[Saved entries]
>>>>>

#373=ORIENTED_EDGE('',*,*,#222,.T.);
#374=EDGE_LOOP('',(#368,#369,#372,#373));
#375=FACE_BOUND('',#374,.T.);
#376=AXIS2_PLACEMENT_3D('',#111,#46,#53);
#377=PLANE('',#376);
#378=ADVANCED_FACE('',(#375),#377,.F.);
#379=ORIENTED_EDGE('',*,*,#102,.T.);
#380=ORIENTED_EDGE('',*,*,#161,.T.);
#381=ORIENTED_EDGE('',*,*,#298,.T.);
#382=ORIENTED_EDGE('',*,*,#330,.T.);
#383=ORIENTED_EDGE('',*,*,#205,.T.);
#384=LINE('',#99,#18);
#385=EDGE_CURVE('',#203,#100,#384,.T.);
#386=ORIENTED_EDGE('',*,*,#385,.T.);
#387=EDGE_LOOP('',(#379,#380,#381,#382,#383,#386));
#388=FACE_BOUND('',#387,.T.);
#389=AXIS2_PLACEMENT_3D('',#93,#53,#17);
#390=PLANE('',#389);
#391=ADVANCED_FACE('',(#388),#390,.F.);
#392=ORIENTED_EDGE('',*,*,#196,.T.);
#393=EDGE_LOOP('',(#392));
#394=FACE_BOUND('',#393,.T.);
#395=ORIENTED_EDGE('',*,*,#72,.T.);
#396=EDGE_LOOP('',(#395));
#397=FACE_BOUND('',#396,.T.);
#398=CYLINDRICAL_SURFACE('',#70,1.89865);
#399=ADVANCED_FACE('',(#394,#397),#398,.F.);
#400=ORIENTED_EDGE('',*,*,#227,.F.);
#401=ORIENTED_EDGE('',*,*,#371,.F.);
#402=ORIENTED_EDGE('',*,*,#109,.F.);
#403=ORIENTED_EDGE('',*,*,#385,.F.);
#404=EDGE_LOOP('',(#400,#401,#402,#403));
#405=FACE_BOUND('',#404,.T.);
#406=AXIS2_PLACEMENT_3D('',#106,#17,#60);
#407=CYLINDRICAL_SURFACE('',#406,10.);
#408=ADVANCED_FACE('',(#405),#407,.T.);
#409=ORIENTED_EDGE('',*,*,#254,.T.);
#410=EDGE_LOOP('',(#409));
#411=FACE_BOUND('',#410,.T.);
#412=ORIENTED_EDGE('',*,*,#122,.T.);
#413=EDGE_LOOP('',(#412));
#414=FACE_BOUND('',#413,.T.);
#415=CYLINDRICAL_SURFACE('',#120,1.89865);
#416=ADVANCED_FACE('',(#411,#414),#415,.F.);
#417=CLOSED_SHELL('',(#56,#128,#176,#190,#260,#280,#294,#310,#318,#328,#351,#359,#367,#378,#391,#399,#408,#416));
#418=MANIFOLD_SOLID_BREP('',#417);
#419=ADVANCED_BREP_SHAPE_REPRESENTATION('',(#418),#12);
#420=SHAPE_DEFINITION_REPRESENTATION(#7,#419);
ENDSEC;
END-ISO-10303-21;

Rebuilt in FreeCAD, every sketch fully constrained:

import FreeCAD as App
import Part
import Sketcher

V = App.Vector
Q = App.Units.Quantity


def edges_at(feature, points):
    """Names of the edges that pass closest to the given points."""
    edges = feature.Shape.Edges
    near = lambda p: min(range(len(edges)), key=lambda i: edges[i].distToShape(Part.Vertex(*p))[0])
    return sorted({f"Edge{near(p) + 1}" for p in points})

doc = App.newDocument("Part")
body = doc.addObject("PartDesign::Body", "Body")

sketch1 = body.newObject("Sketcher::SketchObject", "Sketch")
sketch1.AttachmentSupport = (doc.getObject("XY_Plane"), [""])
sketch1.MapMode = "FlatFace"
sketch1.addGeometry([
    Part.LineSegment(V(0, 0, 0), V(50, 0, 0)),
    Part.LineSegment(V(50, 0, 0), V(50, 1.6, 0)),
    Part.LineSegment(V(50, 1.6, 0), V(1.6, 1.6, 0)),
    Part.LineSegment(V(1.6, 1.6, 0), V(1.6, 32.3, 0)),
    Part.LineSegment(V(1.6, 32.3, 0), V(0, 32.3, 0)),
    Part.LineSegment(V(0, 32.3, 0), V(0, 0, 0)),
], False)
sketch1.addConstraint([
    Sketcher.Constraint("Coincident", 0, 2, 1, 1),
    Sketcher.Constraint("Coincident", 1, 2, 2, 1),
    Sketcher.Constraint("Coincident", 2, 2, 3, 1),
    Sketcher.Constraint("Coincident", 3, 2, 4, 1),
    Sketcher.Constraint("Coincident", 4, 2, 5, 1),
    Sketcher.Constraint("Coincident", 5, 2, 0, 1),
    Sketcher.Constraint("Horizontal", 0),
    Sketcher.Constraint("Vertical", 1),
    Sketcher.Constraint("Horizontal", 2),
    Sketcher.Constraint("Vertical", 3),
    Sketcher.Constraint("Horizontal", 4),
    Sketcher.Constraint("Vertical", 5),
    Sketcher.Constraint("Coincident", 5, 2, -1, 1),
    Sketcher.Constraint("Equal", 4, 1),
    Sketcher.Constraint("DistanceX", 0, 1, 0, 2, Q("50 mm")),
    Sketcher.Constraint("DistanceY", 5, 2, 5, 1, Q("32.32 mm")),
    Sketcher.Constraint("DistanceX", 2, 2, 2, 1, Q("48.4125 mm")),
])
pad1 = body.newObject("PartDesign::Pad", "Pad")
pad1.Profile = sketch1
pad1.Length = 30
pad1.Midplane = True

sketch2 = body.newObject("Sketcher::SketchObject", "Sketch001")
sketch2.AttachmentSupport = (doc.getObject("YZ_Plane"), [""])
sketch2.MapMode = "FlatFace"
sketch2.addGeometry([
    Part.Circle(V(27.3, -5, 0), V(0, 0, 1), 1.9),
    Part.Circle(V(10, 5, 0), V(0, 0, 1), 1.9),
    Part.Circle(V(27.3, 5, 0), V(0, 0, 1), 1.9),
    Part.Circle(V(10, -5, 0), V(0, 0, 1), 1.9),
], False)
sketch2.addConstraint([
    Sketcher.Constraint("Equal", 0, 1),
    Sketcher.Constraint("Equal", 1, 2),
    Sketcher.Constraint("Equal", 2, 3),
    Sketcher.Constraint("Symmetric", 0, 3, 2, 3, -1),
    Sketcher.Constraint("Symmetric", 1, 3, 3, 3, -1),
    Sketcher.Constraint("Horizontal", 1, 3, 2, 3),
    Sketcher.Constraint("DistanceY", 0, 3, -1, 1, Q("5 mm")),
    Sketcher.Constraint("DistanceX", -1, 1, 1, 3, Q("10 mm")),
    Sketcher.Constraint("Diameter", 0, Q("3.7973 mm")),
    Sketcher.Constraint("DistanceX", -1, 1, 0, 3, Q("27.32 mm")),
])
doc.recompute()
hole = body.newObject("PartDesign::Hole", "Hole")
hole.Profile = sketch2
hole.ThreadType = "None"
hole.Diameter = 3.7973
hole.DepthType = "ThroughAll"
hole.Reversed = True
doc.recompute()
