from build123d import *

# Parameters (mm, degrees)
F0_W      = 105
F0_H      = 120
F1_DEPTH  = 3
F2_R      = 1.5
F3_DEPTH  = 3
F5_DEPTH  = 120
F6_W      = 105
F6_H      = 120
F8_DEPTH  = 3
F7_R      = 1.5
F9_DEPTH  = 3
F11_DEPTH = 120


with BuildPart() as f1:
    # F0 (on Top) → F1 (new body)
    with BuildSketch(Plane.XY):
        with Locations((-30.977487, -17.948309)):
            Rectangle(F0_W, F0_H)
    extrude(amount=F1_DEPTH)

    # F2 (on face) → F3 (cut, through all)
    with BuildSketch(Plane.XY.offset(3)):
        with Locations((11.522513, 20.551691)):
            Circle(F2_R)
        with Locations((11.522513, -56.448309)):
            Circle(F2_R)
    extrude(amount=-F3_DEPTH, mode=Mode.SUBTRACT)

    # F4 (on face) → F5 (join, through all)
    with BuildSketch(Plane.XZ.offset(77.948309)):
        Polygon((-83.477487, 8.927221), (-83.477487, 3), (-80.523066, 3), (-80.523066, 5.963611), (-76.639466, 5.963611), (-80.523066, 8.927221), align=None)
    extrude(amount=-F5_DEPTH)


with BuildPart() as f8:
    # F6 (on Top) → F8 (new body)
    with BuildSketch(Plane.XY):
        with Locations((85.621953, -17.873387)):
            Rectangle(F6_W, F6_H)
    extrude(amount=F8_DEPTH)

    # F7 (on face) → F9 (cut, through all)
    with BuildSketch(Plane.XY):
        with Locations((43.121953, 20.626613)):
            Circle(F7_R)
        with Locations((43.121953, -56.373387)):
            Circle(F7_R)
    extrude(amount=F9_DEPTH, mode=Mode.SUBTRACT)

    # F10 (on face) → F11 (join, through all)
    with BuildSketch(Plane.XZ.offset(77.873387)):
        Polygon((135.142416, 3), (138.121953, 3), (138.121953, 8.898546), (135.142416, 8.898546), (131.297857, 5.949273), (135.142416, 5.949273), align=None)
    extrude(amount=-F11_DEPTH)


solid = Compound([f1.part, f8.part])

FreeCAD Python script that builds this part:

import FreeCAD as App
import Part
import Sketcher
from FreeCAD import Vector


def add_polygon(sketch, points):
    """Adds a closed chain of lines whose ends are joined by coincident constraints."""
    first, n = sketch.GeometryCount, len(points)
    for a, b in zip(points, points[1:] + points[:1]):
        sketch.addGeometry(Part.LineSegment(App.Vector(*a, 0), App.Vector(*b, 0)), False)
    for i in range(n):
        sketch.addConstraint(Sketcher.Constraint("Coincident", first + i, 2, first + (i + 1) % n, 1))

doc = App.newDocument("Part")
body = doc.addObject("PartDesign::Body", "Body")

# Sketch on XY plane
sketch1 = doc.addObject("Sketcher::SketchObject", "Sketch")
body.addObject(sketch1)
sketch1.AttachmentSupport = (doc.XY_Plane, [""])
sketch1.MapMode = "FlatFace"
add_polygon(sketch1, [(-83.477487, 42.051691), (-83.477487, -77.948309), (21.522513, -77.948309), (21.522513, 42.051691)])  # lines 0-3
sketch1.addConstraint([
    Sketcher.Constraint("Vertical", 0),
    Sketcher.Constraint("Horizontal", 1),
    Sketcher.Constraint("Vertical", 2),
    Sketcher.Constraint("Horizontal", 3),
    Sketcher.Constraint("DistanceX", 1, 1, 1, 2, 105.0),
    Sketcher.Constraint("DistanceY", 0, 2, 0, 1, 120.0),
    Sketcher.Constraint("DistanceY", 0, 2, -1, 1, 77.948309),
    Sketcher.Constraint("DistanceX", 0, 2, -1, 1, 83.477487),
])
pad1 = doc.addObject("PartDesign::Pad", "Pad")
body.addObject(pad1)
pad1.Profile = sketch1
pad1.Length = 3

# Sketch on XY plane
sketch2 = doc.addObject("Sketcher::SketchObject", "Sketch001")
body.addObject(sketch2)
sketch2.AttachmentSupport = (doc.XY_Plane, [""])
sketch2.MapMode = "FlatFace"
sketch2.AttachmentOffset = App.Placement(Vector(0, 0, 3), App.Rotation())
sketch2.addGeometry([
    Part.Circle(Vector(11.522513, 20.551691, 0), Vector(0, 0, 1), 1.5),
    Part.Circle(Vector(11.522513, -56.448309, 0), Vector(0, 0, 1), 1.5),
], False)
sketch2.addConstraint([
    Sketcher.Constraint("Equal", 0, 1),
    Sketcher.Constraint("Vertical", 0, 3, 1, 3),
    Sketcher.Constraint("Diameter", 0, 3.0),
    Sketcher.Constraint("DistanceY", 1, 3, 0, 3, 77.0),
    Sketcher.Constraint("DistanceY", -1, 1, 0, 3, 20.551691),
    Sketcher.Constraint("DistanceX", -1, 1, 0, 3, 11.522513),
])
pocket1 = doc.addObject("PartDesign::Pocket", "Pocket")
body.addObject(pocket1)
pocket1.Profile = sketch2
pocket1.Type = "ThroughAll"

# Sketch on XZ plane
sketch3 = doc.addObject("Sketcher::SketchObject", "Sketch002")
body.addObject(sketch3)
sketch3.AttachmentSupport = (doc.XZ_Plane, [""])
sketch3.MapMode = "FlatFace"
sketch3.AttachmentOffset = App.Placement(Vector(0, 0, 77.948309), App.Rotation())
add_polygon(sketch3, [(-83.477487, 8.927221), (-83.477487, 3), (-80.523066, 3), (-80.523066, 5.963611), (-76.639466, 5.963611), (-80.523066, 8.927221)])  # lines 0-5
sketch3.addConstraint([
    Sketcher.Constraint("Vertical", 0),
    Sketcher.Constraint("Horizontal", 1),
    Sketcher.Constraint("Vertical", 2),
    Sketcher.Constraint("Horizontal", 3),
    Sketcher.Constraint("Horizontal", 5),
    Sketcher.Constraint("Vertical", 2, 2, 4, 2),
    Sketcher.Constraint("DistanceY", -1, 1, 0, 2, 3.0),
    Sketcher.Constraint("DistanceX", 3, 1, 3, 2, 3.8836),
    Sketcher.Constraint("DistanceX", 1, 1, 1, 2, 2.954421),
    Sketcher.Constraint("DistanceY", 0, 2, 0, 1, 5.927221),
    Sketcher.Constraint("DistanceY", 2, 1, 2, 2, 2.963611),
    Sketcher.Constraint("DistanceX", 0, 2, -1, 1, 83.477487),
])
pad2 = doc.addObject("PartDesign::Pad", "Pad001")
body.addObject(pad2)
pad2.Profile = sketch3
pad2.Length = 120
pad2.Reversed = True
body2 = doc.addObject("PartDesign::Body", "Body001")

# Sketch on XY plane
sketch4 = doc.addObject("Sketcher::SketchObject", "Sketch003")
body2.addObject(sketch4)
sketch4.AttachmentSupport = (doc.getObject("XY_Plane001"), [""])
sketch4.MapMode = "FlatFace"
add_polygon(sketch4, [(33.121953, 42.126613), (33.121953, -77.873387), (138.121953, -77.873387), (138.121953, 42.126613)])  # lines 0-3
sketch4.addConstraint([
    Sketcher.Constraint("Vertical", 0),
    Sketcher.Constraint("Horizontal", 1),
    Sketcher.Constraint("Vertical", 2),
    Sketcher.Constraint("Horizontal", 3),
    Sketcher.Constraint("DistanceX", 1, 1, 1, 2, 105.0),
    Sketcher.Constraint("DistanceY", 0, 2, 0, 1, 120.0),
    Sketcher.Constraint("DistanceX", -1, 1, 0, 2, 33.121953),
    Sketcher.Constraint("DistanceY", 0, 2, -1, 1, 77.873387),
])
pad3 = doc.addObject("PartDesign::Pad", "Pad002")
body2.addObject(pad3)
pad3.Profile = sketch4
pad3.Length = 3

# Sketch on XY plane
sketch5 = doc.addObject("Sketcher::SketchObject", "Sketch004")
body2.addObject(sketch5)
sketch5.AttachmentSupport = (doc.getObject("XY_Plane001"), [""])
sketch5.MapMode = "FlatFace"
sketch5.addGeometry([
    Part.Circle(Vector(43.121953, 20.626613, 0), Vector(0, 0, 1), 1.5),
    Part.Circle(Vector(43.121953, -56.373387, 0), Vector(0, 0, 1), 1.5),
], False)
sketch5.addConstraint([
    Sketcher.Constraint("Equal", 0, 1),
    Sketcher.Constraint("Vertical", 0, 3, 1, 3),
    Sketcher.Constraint("Diameter", 0, 3.0),
    Sketcher.Constraint("DistanceY", 1, 3, 0, 3, 77.0),
    Sketcher.Constraint("DistanceX", -1, 1, 0, 3, 43.121953),
    Sketcher.Constraint("DistanceY", -1, 1, 0, 3, 20.626613),
])
pocket2 = doc.addObject("PartDesign::Pocket", "Pocket001")
body2.addObject(pocket2)
pocket2.Profile = sketch5
pocket2.Type = "ThroughAll"
pocket2.Reversed = True

# Sketch on XZ plane
sketch6 = doc.addObject("Sketcher::SketchObject", "Sketch005")
body2.addObject(sketch6)
sketch6.AttachmentSupport = (doc.getObject("XZ_Plane001"), [""])
sketch6.MapMode = "FlatFace"
sketch6.AttachmentOffset = App.Placement(Vector(0, 0, 77.873387), App.Rotation())
add_polygon(sketch6, [(135.142416, 3), (138.121953, 3), (138.121953, 8.898546), (135.142416, 8.898546), (131.297857, 5.949273), (135.142416, 5.949273)])  # lines 0-5
sketch6.addConstraint([
    Sketcher.Constraint("Horizontal", 0),
    Sketcher.Constraint("Vertical", 1),
    Sketcher.Constraint("Horizontal", 2),
    Sketcher.Constraint("Horizontal", 4),
    Sketcher.Constraint("Vertical", 5),
    Sketcher.Constraint("Vertical", 2, 2, 4, 2),
    Sketcher.Constraint("DistanceY", -1, 1, 0, 2, 3.0),
    Sketcher.Constraint("DistanceX", 4, 1, 4, 2, 3.844559),
    Sketcher.Constraint("DistanceX", 0, 1, 0, 2, 2.979537),
    Sketcher.Constraint("DistanceY", 1, 1, 1, 2, 5.898546),
    Sketcher.Constraint("DistanceY", 5, 2, 5, 1, 2.949273),
    Sketcher.Constraint("DistanceX", -1, 1, 0, 2, 138.121953),
])
pad4 = doc.addObject("PartDesign::Pad", "Pad003")
body2.addObject(pad4)
pad4.Profile = sketch6
pad4.Length = 120
pad4.Reversed = True

doc.recompute()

<<<<<

— Work order —
Print the lines above from the one with "extrude(amount=F9_DEPTH, mode=Mode.SUBTRACT)" through the one with "FreeCAD Python script", both included, exactly as written and nothing more.

— Answer to the exercise —
    extrude(amount=F9_DEPTH, mode=Mode.SUBTRACT)

    # F10 (on face) → F11 (join, through all)
    with BuildSketch(Plane.XZ.offset(77.873387)):
        Polygon((135.142416, 3), (138.121953, 3), (138.121953, 8.898546), (135.142416, 8.898546), (131.297857, 5.949273), (135.142416, 5.949273), align=None)
    extrude(amount=-F11_DEPTH)


solid = Compound([f1.part, f8.part])

FreeCAD Python script that builds this part:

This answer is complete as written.